A USA Today examination of the popular Leadership in Energy and Environmental Design program revealed the system’s vaulted green standards have negligible impact on a building’s environmental footprint while often making staggering tax breaks available to developers.

In total, 13 federal agencies, 34 state governments and 442 localities across the country mandate LEED performance standards in government buildings. According to estimates by the General Services Administration, one of the 13 agencies to adopt the program, the associated soft costs–those fees doled to program-certified consultants–run taxpayers an additional $150,000 per project.

For states like Ohio, in which LEED is the de facto green building code, the certification costs for new public schools built in the last five years have added $131 million to construction costs.

Private commercial buildings, which roughly 85 municipalities require adherence to LEED standards, have also reduced government revenues for often doing little more than hiring program-certified building consultants. Private developers have reaped some $500 million in tax incentives nationwide for often doing something as simple as installing a bike rack.

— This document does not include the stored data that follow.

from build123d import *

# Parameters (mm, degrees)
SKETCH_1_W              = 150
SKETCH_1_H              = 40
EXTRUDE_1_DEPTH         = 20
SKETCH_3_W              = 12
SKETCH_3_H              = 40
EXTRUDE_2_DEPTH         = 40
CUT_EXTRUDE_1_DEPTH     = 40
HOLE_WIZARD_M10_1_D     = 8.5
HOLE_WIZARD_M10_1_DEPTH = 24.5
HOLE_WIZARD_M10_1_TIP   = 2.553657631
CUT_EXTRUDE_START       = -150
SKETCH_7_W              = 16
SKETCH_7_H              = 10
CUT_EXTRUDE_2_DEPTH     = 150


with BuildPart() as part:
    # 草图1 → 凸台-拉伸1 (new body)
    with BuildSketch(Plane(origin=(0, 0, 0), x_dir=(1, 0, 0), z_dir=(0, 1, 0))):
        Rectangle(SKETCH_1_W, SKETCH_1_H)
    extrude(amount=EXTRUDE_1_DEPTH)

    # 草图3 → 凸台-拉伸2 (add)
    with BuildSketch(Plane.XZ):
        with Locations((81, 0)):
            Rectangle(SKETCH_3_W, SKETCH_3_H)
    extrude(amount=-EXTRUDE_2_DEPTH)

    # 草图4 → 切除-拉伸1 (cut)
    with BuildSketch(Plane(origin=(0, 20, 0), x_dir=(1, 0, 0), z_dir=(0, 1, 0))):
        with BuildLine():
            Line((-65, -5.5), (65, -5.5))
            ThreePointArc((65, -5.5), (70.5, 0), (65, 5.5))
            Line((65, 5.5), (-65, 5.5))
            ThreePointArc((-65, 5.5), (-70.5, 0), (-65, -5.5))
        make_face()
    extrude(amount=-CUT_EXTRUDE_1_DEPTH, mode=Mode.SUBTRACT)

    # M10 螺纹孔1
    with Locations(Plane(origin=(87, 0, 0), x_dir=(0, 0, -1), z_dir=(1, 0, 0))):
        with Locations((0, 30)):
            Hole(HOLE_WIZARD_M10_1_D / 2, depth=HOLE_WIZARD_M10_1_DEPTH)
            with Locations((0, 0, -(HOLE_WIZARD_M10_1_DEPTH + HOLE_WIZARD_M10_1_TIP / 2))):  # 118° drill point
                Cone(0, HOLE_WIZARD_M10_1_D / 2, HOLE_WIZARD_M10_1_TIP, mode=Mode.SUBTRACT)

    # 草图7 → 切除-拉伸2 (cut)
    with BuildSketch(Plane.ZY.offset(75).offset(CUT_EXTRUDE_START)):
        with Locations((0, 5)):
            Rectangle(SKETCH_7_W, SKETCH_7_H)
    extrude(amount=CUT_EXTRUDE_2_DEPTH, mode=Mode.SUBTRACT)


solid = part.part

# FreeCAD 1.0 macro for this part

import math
import FreeCAD as App
import Part
import Sketcher
Q = App.Units.Quantity

doc = App.newDocument("Part")
body = doc.addObject("PartDesign::Body", "Body")

sketch1 = body.newObject("Sketcher::SketchObject", "Sketch")
sketch1.AttachmentSupport = (doc.getObject("XZ_Plane"), [""])
sketch1.MapMode = "FlatFace"
sketch1.addGeometry(Part.LineSegment(App.Vector(-75, -20, 0), App.Vector(-75, 20, 0)), False)
sketch1.addGeometry(Part.LineSegment(App.Vector(-75, 20, 0), App.Vector(75, 20, 0)), False)
sketch1.addGeometry(Part.LineSegment(App.Vector(75, 20, 0), App.Vector(75, -20, 0)), False)
sketch1.addGeometry(Part.LineSegment(App.Vector(75, -20, 0), App.Vector(-75, -20, 0)), False)
sketch1.addConstraint(Sketcher.Constraint("Coincident", 0, 2, 1, 1))
sketch1.addConstraint(Sketcher.Constraint("Coincident", 1, 2, 2, 1))
sketch1.addConstraint(Sketcher.Constraint("Coincident", 2, 2, 3, 1))
sketch1.addConstraint(Sketcher.Constraint("Coincident", 3, 2, 0, 1))
sketch1.addConstraint(Sketcher.Constraint("Vertical", 0))
sketch1.addConstraint(Sketcher.Constraint("Horizontal", 1))
sketch1.addConstraint(Sketcher.Constraint("Vertical", 2))
sketch1.addConstraint(Sketcher.Constraint("Horizontal", 3))
sketch1.addConstraint(Sketcher.Constraint("Symmetric", 0, 2, 2, 2, -1, 1))
sketch1.addConstraint(Sketcher.Constraint("DistanceX", 1, 1, 1, 2, Q("150 mm")))
sketch1.addConstraint(Sketcher.Constraint("DistanceY", 0, 1, 0, 2, Q("40 mm")))
pad1 = body.newObject("PartDesign::Pad", "Pad")
pad1.Profile = sketch1
pad1.Length = 20
pad1.Reversed = True

sketch2 = body.newObject("Sketcher::SketchObject", "Sketch001")
sketch2.AttachmentSupport = (doc.getObject("XZ_Plane"), [""])
sketch2.MapMode = "FlatFace"
sketch2.addGeometry(Part.LineSegment(App.Vector(75, 20, 0), App.Vector(75, -20, 0)), False)
sketch2.addGeometry(Part.LineSegment(App.Vector(75, -20, 0), App.Vector(87, -20, 0)), False)
sketch2.addGeometry(Part.LineSegment(App.Vector(87, -20, 0), App.Vector(87, 20, 0)), False)
sketch2.addGeometry(Part.LineSegment(App.Vector(87, 20, 0), App.Vector(75, 20, 0)), False)
sketch2.addConstraint(Sketcher.Constraint("Coincident", 0, 2, 1, 1))
sketch2.addConstraint(Sketcher.Constraint("Coincident", 1, 2, 2, 1))
sketch2.addConstraint(Sketcher.Constraint("Coincident", 2, 2, 3, 1))
sketch2.addConstraint(Sketcher.Constraint("Coincident", 3, 2, 0, 1))
sketch2.addConstraint(Sketcher.Constraint("Vertical", 0))
sketch2.addConstraint(Sketcher.Constraint("Horizontal", 1))
sketch2.addConstraint(Sketcher.Constraint("Vertical", 2))
sketch2.addConstraint(Sketcher.Constraint("Horizontal", 3))
sketch2.addConstraint(Sketcher.Constraint("DistanceX", 1, 1, 1, 2, Q("12 mm")))
sketch2.addConstraint(Sketcher.Constraint("DistanceY", 0, 2, 0, 1, Q("40 mm")))
sketch2.addConstraint(Sketcher.Constraint("DistanceX", -1, 1, 0, 2, Q("75 mm")))
sketch2.addConstraint(Sketcher.Constraint("DistanceY", 0, 2, -1, 1, Q("20 mm")))
pad2 = body.newObject("PartDesign::Pad", "Pad001")
pad2.Profile = sketch2
pad2.Length = 40
pad2.Reversed = True

sketch3 = body.newObject("Sketcher::SketchObject", "Sketch002")
sketch3.AttachmentSupport = (doc.getObject("XZ_Plane"), [""])
sketch3.MapMode = "FlatFace"
sketch3.AttachmentOffset = App.Placement(App.Vector(0, 0, -20), App.Rotation())
sketch3.addGeometry(Part.LineSegment(App.Vector(-65, 5.5, 0), App.Vector(65, 5.5, 0)), False)
sketch3.addGeometry(Part.ArcOfCircle(Part.Circle(App.Vector(65, 0, 0), App.Vector(0, 0, 1), 5.5), math.radians(-90), math.radians(90)), False)
sketch3.addGeometry(Part.LineSegment(App.Vector(65, -5.5, 0), App.Vector(-65, -5.5, 0)), False)
sketch3.addGeometry(Part.ArcOfCircle(Part.Circle(App.Vector(-65, 0, 0), App.Vector(0, 0, 1), 5.5), math.radians(90), math.radians(270)), False)
sketch3.addConstraint(Sketcher.Constraint("Tangent", 0, 2, 1, 2))
sketch3.addConstraint(Sketcher.Constraint("Tangent", 1, 1, 2, 1))
sketch3.addConstraint(Sketcher.Constraint("Tangent", 2, 2, 3, 2))
sketch3.addConstraint(Sketcher.Constraint("Tangent", 3, 1, 0, 1))
sketch3.addConstraint(Sketcher.Constraint("Horizontal", 0))
sketch3.addConstraint(Sketcher.Constraint("Horizontal", 2))
sketch3.addConstraint(Sketcher.Constraint("Symmetric", 1, 3, 3, 3, -1, 1))
sketch3.addConstraint(Sketcher.Constraint("Radius", 1, Q("5.5 mm")))
sketch3.addConstraint(Sketcher.Constraint("DistanceX", 0, 1, 0, 2, Q("130 mm")))
pocket1 = body.newObject("PartDesign::Pocket", "Pocket")
pocket1.Profile = sketch3
pocket1.Length = 40
pocket1.Reversed = True

sketch4 = body.newObject("Sketcher::SketchObject", "Sketch003")
sketch4.AttachmentSupport = (doc.getObject("YZ_Plane"), [""])
sketch4.MapMode = "FlatFace"
sketch4.AttachmentOffset = App.Placement(App.Vector(0, 0, 87), App.Rotation())
sketch4.addGeometry(Part.Circle(App.Vector(30, 0, 0), App.Vector(0, 0, 1), 4.25), False)
sketch4.addConstraint(Sketcher.Constraint("PointOnObject", 0, 3, -1))
sketch4.addConstraint(Sketcher.Constraint("Diameter", 0, Q("8.5 mm")))
sketch4.addConstraint(Sketcher.Constraint("DistanceX", -1, 1, 0, 3, Q("30 mm")))
doc.recompute()
hole = body.newObject("PartDesign::Hole", "Hole")
hole.Profile = sketch4
hole.ThreadType = "None"
hole.Diameter = 8.5
hole.DepthType = "Dimension"
hole.Depth = 24.5
hole.DrillPoint = "Angled"
hole.DrillPointAngle = 118

sketch5 = body.newObject("Sketcher::SketchObject", "Sketch004")
sketch5.AttachmentSupport = (doc.getObject("YZ_Plane"), [""])
sketch5.MapMode = "FlatFace"
sketch5.AttachmentOffset = App.Placement(App.Vector(0, 0, 75), App.Rotation())
sketch5.addGeometry(Part.LineSegment(App.Vector(10, -8, 0), App.Vector(0, -8, 0)), False)
sketch5.addGeometry(Part.LineSegment(App.Vector(0, -8, 0), App.Vector(0, 8, 0)), False)
sketch5.addGeometry(Part.LineSegment(App.Vector(0, 8, 0), App.Vector(10, 8, 0)), False)
sketch5.addGeometry(Part.LineSegment(App.Vector(10, 8, 0), App.Vector(10, -8, 0)), False)
sketch5.addConstraint(Sketcher.Constraint("Coincident", 0, 2, 1, 1))
sketch5.addConstraint(Sketcher.Constraint("Coincident", 1, 2, 2, 1))
sketch5.addConstraint(Sketcher.Constraint("Coincident", 2, 2, 3, 1))
sketch5.addConstraint(Sketcher.Constraint("Coincident", 3, 2, 0, 1))
sketch5.addConstraint(Sketcher.Constraint("Horizontal", 0))
sketch5.addConstraint(Sketcher.Constraint("Vertical", 1))
sketch5.addConstraint(Sketcher.Constraint("Horizontal", 2))
sketch5.addConstraint(Sketcher.Constraint("Vertical", 3))
sketch5.addConstraint(Sketcher.Constraint("Symmetric", 0, 2, 1, 2, -1, 1))
sketch5.addConstraint(Sketcher.Constraint("DistanceX", 0, 2, 0, 1, Q("10 mm")))
sketch5.addConstraint(Sketcher.Constraint("DistanceY", 1, 1, 1, 2, Q("16 mm")))
pocket2 = body.newObject("PartDesign::Pocket", "Pocket001")
pocket2.Profile = sketch5
pocket2.Length = 150

doc.recompute()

“People have a tendency to buy points,” Bob Berkebile, one of LEED’s original architects in the 1990s, said of the program’s merit system. “[T]hey buy that bike rack even though there’s no value in it.”

A recent study of 11 Navy LEED-certified buildings revealed that four of the bunch used more energy than a typical building. An equal measure outperformed non-certified buildings, but by a degree so minimal the improvement was insufficient to earn any LEED points.

No value in spite of government rewards? Worse, it comes at the expense of otherwise sound safety and energy standards.

While LEED’s standards have recently proven environmentally ineffective, its standards have become increasingly economically detrimental, the result borne of the program’s politicization by progressive environmentalists.

Amid crushing public opposition, the USGBC recently tabled an amended version of LEED. The root of outrage, which spread even to a host of congressional lawmakers, was in the program’s avoidance prescriptions. 

If adopted, the new version would limit the application of polycarbonate shatter-resistant glass in federal courthouses and other buildings, likewise common plastics like PVC.

Forestry groups have also raised concern about LEED’s sole preference for a single timber certification program when other responsible alternatives are sidelined. (Some governors, like Maine’s Paul LePage and Georgia’s Nathan Deal, have since taken action in their own jurisdictions to block LEED’s government adoption lest it opens certification guidelines to all systems.)

In the end, taxpayers are left with a monopoly driven by environmental extremists lining their own pockets. Perhaps the next building project certified green by LEED should be a museum to the program’s failure in substantively reducing environmental impact.